> [Data excerpts]
━━━━━━

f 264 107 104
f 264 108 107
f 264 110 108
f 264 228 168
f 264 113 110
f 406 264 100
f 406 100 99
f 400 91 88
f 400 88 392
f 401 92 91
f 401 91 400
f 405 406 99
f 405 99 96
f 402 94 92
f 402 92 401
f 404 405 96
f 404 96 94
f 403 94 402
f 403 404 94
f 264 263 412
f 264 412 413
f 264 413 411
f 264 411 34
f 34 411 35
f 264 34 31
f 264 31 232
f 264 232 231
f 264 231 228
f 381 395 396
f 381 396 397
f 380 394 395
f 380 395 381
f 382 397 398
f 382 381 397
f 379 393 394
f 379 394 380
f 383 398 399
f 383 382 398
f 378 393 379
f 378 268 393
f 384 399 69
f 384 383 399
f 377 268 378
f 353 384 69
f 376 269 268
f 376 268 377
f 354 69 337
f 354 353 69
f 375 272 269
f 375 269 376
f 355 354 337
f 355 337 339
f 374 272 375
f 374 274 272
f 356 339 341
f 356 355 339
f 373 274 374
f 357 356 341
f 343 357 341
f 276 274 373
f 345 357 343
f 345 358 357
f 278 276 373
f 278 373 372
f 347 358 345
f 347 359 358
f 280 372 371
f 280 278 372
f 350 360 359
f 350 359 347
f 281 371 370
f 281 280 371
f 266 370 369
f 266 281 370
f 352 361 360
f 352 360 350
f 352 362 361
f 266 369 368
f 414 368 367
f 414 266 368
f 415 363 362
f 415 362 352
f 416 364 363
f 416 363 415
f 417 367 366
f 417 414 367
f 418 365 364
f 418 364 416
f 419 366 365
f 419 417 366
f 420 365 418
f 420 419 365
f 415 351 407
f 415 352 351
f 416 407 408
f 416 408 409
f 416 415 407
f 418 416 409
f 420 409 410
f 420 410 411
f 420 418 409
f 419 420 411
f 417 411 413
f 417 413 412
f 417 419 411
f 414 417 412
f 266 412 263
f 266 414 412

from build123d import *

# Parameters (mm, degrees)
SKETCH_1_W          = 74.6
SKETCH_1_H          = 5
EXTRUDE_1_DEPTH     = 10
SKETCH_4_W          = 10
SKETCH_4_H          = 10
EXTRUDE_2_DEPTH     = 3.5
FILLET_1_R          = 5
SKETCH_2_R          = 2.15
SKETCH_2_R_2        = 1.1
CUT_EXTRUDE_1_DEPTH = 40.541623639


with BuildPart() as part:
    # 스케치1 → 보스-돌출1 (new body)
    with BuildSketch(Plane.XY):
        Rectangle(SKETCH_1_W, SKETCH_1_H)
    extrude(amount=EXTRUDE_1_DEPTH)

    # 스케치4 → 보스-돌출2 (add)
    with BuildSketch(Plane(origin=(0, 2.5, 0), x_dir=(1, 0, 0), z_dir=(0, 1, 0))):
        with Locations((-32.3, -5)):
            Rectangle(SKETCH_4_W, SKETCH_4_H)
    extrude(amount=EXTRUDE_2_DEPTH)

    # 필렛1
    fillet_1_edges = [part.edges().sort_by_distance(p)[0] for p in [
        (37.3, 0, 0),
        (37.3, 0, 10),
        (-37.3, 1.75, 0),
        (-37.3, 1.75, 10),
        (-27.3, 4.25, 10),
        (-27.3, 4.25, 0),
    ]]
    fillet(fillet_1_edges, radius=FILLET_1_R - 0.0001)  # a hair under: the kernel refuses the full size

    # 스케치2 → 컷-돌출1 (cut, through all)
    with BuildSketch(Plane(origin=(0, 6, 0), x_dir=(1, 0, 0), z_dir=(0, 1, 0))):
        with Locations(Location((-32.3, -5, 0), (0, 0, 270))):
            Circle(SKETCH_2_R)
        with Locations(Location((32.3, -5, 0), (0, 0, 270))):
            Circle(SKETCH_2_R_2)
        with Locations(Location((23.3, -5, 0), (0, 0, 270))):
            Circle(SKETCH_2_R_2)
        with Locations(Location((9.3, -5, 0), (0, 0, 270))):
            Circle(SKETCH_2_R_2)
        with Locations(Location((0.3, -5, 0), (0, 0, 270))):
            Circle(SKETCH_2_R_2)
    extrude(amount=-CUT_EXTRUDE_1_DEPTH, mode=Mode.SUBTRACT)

━━━━━━

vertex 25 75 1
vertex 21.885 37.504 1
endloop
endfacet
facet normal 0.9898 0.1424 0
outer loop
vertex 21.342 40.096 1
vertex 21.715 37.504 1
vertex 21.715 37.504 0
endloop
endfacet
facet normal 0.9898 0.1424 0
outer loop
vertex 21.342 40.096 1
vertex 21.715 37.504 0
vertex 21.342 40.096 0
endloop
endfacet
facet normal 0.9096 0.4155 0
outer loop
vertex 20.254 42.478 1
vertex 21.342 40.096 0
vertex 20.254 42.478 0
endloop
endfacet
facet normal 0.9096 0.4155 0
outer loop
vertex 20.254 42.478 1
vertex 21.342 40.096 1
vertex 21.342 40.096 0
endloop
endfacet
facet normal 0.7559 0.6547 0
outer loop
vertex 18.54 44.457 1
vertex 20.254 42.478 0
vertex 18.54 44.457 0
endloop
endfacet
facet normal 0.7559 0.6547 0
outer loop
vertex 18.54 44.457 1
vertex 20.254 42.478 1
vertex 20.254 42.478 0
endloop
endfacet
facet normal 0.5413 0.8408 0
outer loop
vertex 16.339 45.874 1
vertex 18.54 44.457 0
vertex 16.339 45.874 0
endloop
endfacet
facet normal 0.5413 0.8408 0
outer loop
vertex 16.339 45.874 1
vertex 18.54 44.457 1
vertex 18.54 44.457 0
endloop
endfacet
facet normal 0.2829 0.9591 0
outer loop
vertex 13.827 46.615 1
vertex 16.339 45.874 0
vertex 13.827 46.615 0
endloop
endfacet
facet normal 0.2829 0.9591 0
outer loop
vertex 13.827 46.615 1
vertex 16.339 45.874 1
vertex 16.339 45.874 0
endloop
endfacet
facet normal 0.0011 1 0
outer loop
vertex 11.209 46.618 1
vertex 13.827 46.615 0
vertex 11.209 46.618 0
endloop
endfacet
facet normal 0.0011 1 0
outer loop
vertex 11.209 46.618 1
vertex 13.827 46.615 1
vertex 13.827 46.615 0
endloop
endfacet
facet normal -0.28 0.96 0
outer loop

━━━━━━

> [Work instruction]
Looking at the data above, return every line from the one with "f 264 107 104" down to the one with "f 264 413 411", exactly and inclusively.

> [Solved exercise]
f 264 107 104
f 264 108 107
f 264 110 108
f 264 228 168
f 264 113 110
f 406 264 100
f 406 100 99
f 400 91 88
f 400 88 392
f 401 92 91
f 401 91 400
f 405 406 99
f 405 99 96
f 402 94 92
f 402 92 401
f 404 405 96
f 404 96 94
f 403 94 402
f 403 404 94
f 264 263 412
f 264 412 413
f 264 413 411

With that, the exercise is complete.